## Problem to work on
The required output consists solely of the lines from the top of the listing through the line containing "vertex -29.917 11.5 2", transcribed exactly.

## Information shown
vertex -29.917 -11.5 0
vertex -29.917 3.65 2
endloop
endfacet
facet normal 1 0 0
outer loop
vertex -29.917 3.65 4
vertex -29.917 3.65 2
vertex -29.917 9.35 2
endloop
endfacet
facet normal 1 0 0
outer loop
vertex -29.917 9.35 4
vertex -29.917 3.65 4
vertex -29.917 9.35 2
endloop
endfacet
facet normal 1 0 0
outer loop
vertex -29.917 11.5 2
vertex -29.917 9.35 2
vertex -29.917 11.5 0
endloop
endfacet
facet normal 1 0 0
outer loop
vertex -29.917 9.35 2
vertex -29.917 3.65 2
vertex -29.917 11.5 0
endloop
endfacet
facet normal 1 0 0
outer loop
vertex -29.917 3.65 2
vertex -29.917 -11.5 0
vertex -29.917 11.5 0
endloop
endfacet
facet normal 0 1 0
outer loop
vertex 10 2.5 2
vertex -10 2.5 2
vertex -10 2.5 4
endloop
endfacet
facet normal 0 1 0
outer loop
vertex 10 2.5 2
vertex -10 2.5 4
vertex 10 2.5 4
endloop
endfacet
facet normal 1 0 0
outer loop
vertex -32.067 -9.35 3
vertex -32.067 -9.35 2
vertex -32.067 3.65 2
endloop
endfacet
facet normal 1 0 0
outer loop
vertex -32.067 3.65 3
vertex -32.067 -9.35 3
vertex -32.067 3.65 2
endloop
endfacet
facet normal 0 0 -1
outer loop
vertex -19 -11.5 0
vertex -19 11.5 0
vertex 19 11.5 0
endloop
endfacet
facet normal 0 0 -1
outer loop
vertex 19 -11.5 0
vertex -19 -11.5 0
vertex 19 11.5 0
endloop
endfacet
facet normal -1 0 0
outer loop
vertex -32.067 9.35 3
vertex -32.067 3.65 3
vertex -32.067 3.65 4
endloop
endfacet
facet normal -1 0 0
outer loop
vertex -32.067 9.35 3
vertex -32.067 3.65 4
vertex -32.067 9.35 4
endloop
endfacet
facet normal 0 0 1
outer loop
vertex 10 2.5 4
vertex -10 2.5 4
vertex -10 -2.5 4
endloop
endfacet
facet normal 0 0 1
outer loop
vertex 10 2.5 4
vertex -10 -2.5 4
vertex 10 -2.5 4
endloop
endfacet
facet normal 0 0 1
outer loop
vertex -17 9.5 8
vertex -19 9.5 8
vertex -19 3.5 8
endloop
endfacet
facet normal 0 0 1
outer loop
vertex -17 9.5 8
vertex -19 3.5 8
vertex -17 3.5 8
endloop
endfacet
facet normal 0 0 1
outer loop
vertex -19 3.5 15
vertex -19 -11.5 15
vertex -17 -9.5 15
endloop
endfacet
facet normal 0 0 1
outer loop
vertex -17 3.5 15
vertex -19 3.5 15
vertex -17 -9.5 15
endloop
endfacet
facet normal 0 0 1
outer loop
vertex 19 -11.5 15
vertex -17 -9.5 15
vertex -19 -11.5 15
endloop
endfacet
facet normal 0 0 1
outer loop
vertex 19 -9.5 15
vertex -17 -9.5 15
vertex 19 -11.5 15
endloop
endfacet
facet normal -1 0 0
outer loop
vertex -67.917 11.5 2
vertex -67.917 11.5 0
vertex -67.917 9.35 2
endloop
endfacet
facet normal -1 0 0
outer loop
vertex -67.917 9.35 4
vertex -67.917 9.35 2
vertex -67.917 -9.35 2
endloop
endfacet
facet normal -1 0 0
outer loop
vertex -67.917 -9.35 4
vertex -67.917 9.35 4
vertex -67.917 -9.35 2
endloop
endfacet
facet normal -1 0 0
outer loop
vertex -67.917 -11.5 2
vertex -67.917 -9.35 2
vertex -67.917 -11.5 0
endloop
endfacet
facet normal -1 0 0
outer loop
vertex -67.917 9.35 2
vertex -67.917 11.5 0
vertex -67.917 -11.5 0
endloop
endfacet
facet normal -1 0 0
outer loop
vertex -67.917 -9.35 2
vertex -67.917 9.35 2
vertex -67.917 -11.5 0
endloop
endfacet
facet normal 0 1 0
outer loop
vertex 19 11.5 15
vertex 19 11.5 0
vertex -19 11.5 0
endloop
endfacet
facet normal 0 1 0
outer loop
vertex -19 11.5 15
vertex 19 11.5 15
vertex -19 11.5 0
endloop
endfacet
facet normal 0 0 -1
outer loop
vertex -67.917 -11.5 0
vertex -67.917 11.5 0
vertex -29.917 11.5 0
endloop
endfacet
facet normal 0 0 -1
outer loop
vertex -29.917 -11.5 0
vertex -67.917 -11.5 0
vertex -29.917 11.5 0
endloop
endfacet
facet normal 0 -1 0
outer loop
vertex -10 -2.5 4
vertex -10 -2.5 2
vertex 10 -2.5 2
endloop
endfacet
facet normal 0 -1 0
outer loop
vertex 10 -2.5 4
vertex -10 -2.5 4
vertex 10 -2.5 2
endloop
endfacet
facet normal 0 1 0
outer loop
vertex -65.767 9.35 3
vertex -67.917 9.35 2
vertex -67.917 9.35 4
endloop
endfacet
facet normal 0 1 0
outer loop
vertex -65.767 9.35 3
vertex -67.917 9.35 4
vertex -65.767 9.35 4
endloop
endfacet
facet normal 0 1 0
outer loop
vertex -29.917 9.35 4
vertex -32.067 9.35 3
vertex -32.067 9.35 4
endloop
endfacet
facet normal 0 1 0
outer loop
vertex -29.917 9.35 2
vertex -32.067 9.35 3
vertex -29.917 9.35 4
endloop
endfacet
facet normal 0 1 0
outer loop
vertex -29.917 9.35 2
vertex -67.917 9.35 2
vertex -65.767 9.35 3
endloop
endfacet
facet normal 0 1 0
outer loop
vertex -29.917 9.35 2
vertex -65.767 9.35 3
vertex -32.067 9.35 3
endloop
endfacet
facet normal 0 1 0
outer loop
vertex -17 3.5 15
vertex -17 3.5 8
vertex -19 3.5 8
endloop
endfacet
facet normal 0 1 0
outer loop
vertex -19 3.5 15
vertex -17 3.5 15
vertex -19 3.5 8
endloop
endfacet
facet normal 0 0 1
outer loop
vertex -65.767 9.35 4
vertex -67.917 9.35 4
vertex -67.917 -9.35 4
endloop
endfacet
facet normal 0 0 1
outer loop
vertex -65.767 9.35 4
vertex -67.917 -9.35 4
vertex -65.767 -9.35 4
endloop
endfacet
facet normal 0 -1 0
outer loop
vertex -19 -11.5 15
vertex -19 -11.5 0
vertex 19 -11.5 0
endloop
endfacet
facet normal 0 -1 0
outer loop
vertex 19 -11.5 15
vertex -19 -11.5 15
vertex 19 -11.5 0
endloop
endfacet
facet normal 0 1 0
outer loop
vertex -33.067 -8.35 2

## Solution for this task
vertex -29.917 -11.5 0
vertex -29.917 3.65 2
endloop
endfacet
facet normal 1 0 0
outer loop
vertex -29.917 3.65 4
vertex -29.917 3.65 2
vertex -29.917 9.35 2
endloop
endfacet
facet normal 1 0 0
outer loop
vertex -29.917 9.35 4
vertex -29.917 3.65 4
vertex -29.917 9.35 2
endloop
endfacet
facet normal 1 0 0
outer loop
vertex -29.917 11.5 2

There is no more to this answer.